I put off buying these for many years and struggled through the process of assembly and glue up. Not to mention, all the lost opportunities to mock up one's work for trial fitting.

I have found these "Woodpecker's Aluminium 4 inch Box Clamps":Box Clamp to be used far more frequently than I had imagined.

The ease of use is the real key. As long as you take some scrap and set up the clamps before use, they are a dream come true. It comes with appropriate sized Allen wrenches but I suggest buying the screwdriver that Incra offers with their fence system. It fits and makes securing the setup and locking block a breeze.

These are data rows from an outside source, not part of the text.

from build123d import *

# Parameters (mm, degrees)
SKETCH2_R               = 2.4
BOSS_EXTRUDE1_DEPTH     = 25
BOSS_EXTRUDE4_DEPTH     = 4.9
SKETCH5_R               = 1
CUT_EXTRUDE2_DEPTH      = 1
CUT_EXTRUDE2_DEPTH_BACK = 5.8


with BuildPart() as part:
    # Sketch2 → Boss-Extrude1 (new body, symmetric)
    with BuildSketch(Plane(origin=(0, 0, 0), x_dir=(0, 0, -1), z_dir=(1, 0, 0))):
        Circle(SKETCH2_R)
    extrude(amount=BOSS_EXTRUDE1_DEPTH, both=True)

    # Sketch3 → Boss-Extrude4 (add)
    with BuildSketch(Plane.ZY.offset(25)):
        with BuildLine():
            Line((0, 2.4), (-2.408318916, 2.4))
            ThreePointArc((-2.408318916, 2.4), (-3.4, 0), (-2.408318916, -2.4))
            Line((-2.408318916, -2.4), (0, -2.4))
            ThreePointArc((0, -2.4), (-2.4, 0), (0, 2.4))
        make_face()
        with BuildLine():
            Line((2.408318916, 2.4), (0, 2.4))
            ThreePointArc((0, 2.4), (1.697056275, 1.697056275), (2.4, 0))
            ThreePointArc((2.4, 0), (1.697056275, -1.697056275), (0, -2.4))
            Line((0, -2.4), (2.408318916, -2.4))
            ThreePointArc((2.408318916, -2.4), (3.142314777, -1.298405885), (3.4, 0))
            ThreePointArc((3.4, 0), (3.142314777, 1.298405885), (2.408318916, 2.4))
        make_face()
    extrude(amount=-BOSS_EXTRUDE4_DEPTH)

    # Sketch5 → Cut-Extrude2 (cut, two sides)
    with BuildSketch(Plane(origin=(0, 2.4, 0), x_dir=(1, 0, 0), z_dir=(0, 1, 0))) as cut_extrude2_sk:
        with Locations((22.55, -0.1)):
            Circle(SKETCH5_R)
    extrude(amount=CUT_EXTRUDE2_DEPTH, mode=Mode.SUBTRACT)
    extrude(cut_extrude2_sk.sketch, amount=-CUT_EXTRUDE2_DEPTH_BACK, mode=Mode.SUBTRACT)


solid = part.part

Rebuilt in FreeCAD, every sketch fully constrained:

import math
import FreeCAD as App
import Part
import Sketcher
Q = App.Units.Quantity

doc = App.newDocument("Part")
body = doc.addObject("PartDesign::Body", "Body")

sketch1 = body.newObject("Sketcher::SketchObject", "Sketch")
sketch1.AttachmentSupport = (doc.getObject("YZ_Plane"), [""])
sketch1.MapMode = "FlatFace"
sketch1.addGeometry(Part.Circle(App.Vector(0, 0, 0), App.Vector(0, 0, 1), 2.4), False)
sketch1.addConstraint([
    Sketcher.Constraint("Coincident", 0, 3, -1, 1),
    Sketcher.Constraint("Diameter", 0, Q("4.8 mm")),
])
pad1 = body.newObject("PartDesign::Pad", "Pad")
pad1.Profile = sketch1
pad1.Length = 50
pad1.Midplane = True

sketch2 = body.newObject("Sketcher::SketchObject", "Sketch001")
sketch2.AttachmentSupport = (doc.getObject("YZ_Plane"), [""])
sketch2.MapMode = "FlatFace"
sketch2.AttachmentOffset = App.Placement(App.Vector(0, 0, -25), App.Rotation())
sketch2.addGeometry([
    Part.LineSegment(App.Vector(2.4, 0, 0), App.Vector(2.4, -2.4, 0)),
    Part.ArcOfCircle(Part.Circle(App.Vector(0, 0, 0), App.Vector(0, 0, 1), 3.4), math.radians(-135), math.radians(-45)),
    Part.LineSegment(App.Vector(-2.4, -2.4, 0), App.Vector(-2.4, 0, 0)),
    Part.ArcOfCircle(Part.Circle(App.Vector(0, 0, 0), App.Vector(0, 0, 1), 2.4), math.radians(180), math.radians(360)),
    Part.LineSegment(App.Vector(2.4, 2.4, 0), App.Vector(2.4, 0, 0)),
    Part.ArcOfCircle(Part.Circle(App.Vector(0, 0, 0), App.Vector(0, 0, 1), 2.4), math.radians(0), math.radians(90)),
    Part.ArcOfCircle(Part.Circle(App.Vector(0, 0, 0), App.Vector(0, 0, 1), 2.4), math.radians(90), math.radians(180)),
    Part.LineSegment(App.Vector(-2.4, 0, 0), App.Vector(-2.4, 2.4, 0)),
    Part.ArcOfCircle(Part.Circle(App.Vector(0, 0, 0), App.Vector(0, 0, 1), 3.4), math.radians(90), math.radians(135)),
    Part.ArcOfCircle(Part.Circle(App.Vector(0, 0, 0), App.Vector(0, 0, 1), 3.4), math.radians(45), math.radians(90)),
], False)
sketch2.addConstraint([
    Sketcher.Constraint("Coincident", 0, 2, 1, 2),
    Sketcher.Constraint("Coincident", 1, 1, 2, 1),
    Sketcher.Constraint("Tangent", 2, 2, 3, 1),
    Sketcher.Constraint("Tangent", 3, 2, 0, 1),
    Sketcher.Constraint("Tangent", 4, 2, 5, 1),
    Sketcher.Constraint("Tangent", 5, 2, 6, 1),
    Sketcher.Constraint("Tangent", 6, 2, 7, 1),
    Sketcher.Constraint("Coincident", 7, 2, 8, 2),
    Sketcher.Constraint("Tangent", 8, 1, 9, 2),
    Sketcher.Constraint("Coincident", 9, 1, 4, 1),
    Sketcher.Constraint("Vertical", 0),
    Sketcher.Constraint("Vertical", 2),
    Sketcher.Constraint("Vertical", 4),
    Sketcher.Constraint("Vertical", 7),
    Sketcher.Constraint("Coincident", 1, 3, -1, 1),
    Sketcher.Constraint("Coincident", 3, 3, -1, 1),
    Sketcher.Constraint("Coincident", 5, 3, -1, 1),
    Sketcher.Constraint("Coincident", 8, 3, -1, 1),
    Sketcher.Constraint("Coincident", 6, 2, 2, 2),
    Sketcher.Constraint("Equal", 1, 8),
    Sketcher.Constraint("Equal", 8, 9),
    Sketcher.Constraint("PointOnObject", 5, 2, -2),
    Sketcher.Constraint("PointOnObject", 8, 1, -2),
    Sketcher.Constraint("Radius", 1, Q("3.4 mm")),
    Sketcher.Constraint("Radius", 3, Q("2.4 mm")),
])
pad2 = body.newObject("PartDesign::Pad", "Pad001")
pad2.Profile = sketch2
pad2.Length = 4.9

sketch3 = body.newObject("Sketcher::SketchObject", "Sketch002")
sketch3.AttachmentSupport = (doc.getObject("XZ_Plane"), [""])
sketch3.MapMode = "FlatFace"
sketch3.AttachmentOffset = App.Placement(App.Vector(0, 0, -2.4), App.Rotation())
sketch3.addGeometry(Part.Circle(App.Vector(22.6, 0.1, 0), App.Vector(0, 0, 1), 1), False)
sketch3.addConstraint([
    Sketcher.Constraint("Diameter", 0, Q("2 mm")),
    Sketcher.Constraint("DistanceY", -1, 1, 0, 3, Q("0.1 mm")),
    Sketcher.Constraint("DistanceX", -1, 1, 0, 3, Q("22.55 mm")),
])
pocket1 = body.newObject("PartDesign::Pocket", "Pocket")
pocket1.Profile = sketch3
pocket1.Type = "ThroughAll"
pocket1.Midplane = True

doc.recompute()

Now, I know that they are expensive, and the plastic versions of these would work just as well, so please do not take my indulgence as a review that only can be matched with the aluminium product. This alternative definitely makes more financial sense for most of us. It is just a personal choice, at this point.

If you do not have a lot of clamps, and you do this type of work, the cost to use these clamps vs. a Bessey or 48" bar clamp, really start to pay dividends. Maybe not as versatile as a bar clamp, but it squares your work and does not distort your work piece, no matter how tight you twist on the clamp. You no longer need clamping squares and the associated clamps to go with them for squaring your work, giving you more space and better visibility. 

The mock up is the real advantage. I can make other measurements, I can do layout, all the while, never committed to any cuts or glue up restrictions. The design accomodates butt joints, miter joints. custom router bit joints, and pocket hole jig assembly.

I suggest you get 8 of them, at a minimum, as I did. I have built several drawers with them now, and a few plywood carcass', and I could not be more tickled. I was concerned that they would sit in a drawer, collecting dust. This could not be further from the truth.

Once, again, made in America, guaranteed for life to be within 0.001" per foot, over the length of the tool, and are open to your design ideas.

Hope you find this review useful and we welcome your input and feedback.


----------



## Stick486 (Jan 4, 2013)

I have those..
and agree w/ you...


----------



## greenacres2 (Dec 23, 2011)

A few years ago, i bought 8 of the style that has the hand screw coming off one corner. (made by at least a few companies, mine are Bessey). I liked the idea, but the handle gets in the way at times, and they are really too heavy (in my opinion) to be easy to use on the top of the glue-up. As a result, i've improvised a lot of other solutions instead of using the corner clamps. 

Thanks for the review Brad, i appreciate the angle (no pun intended, but it's there anyway) you wrote it from. May have to put it on my Christmas list. If 4 people buy me one, i could get a set for half price!!

earl


----------



## timbertailor (Oct 4, 2009)

greenacres2 said:


> A few years ago, i bought 8 of the style that has the hand screw coming off one corner. (made by at least a few companies, mine are Bessey). I liked the idea, but the handle gets in the way at times, and they are really too heavy (in my opinion) to be easy to use on the top of the glue-up. As a result, i've improvised a lot of other solutions instead of using the corner clamps.
> 
> Thanks for the review Brad, i appreciate the angle (no pun intended, but it's there anyway) you wrote it from. May have to put it on my Christmas list. If 4 people buy me one, i could get a set for half price!!
> 
> earl


I bought one of the Bessey corner clamps you have described and came to the same conclusion too.

The WP clamps are not the end all solution, but they work really well in many applications. Its like having another set of hands, and you can not say that about most other clamps. The large, flat bottoms of the clamps hold the work pieces upright. Very cool!

Glad you liked the review. Hope you get a chance to use them first hand.


----------



## Cherryville Chuck (Sep 28, 2010)

Good review Brad. Thanks.


----------



## timbertailor (Oct 4, 2009)

Cherryville Chuck said:


> Good review Brad. Thanks.


Glad you liked it Charles.

I am building a base for my contractor's 10" table saw to make use of the new DC system and thought I would do a review on the clamps since I had them out.


----------



## DesertRatTom (Jul 3, 2012)

Thanks for the review, I was looking at these the other day. Tempting item.


----------



## Salty Dawg (Jan 24, 2014)

Thanks Brad, I was looking to get some of them but now I know where I can borrow some.


----------



## billyjim (Feb 11, 2012)

Good review Brad. I like WP tools...they are well made and very accurate.


----------



## Web Shepherd (Feb 8, 2012)

Brad ~ excellent review. Do you have any problems with glue ups sticking to the clamps?

Bob


----------



## timbertailor (Oct 4, 2009)

Web Shepherd said:


> Brad ~ excellent review. Do you have any problems with glue ups sticking to the clamps?
> 
> Bob


That is the great thing about anodized aluminium. The glue peels off very easily, prevents oxidation, and makes for a really attractive tool.

Glad you found this review helpful.


----------



## firstmuller (Aug 28, 2014)

I will have to look into get some. They look like they would work very good.
Allen


----------



## timbertailor (Oct 4, 2009)

firstmuller said:


> I will have to look into getting some. They look like they would work very well.
> 
> Allen


They also make a glass reinforced polycarbonate version that is more cost effective for $17 or $18 each.

Glad you liked the review and welcome to the Router Forums Allen!


----------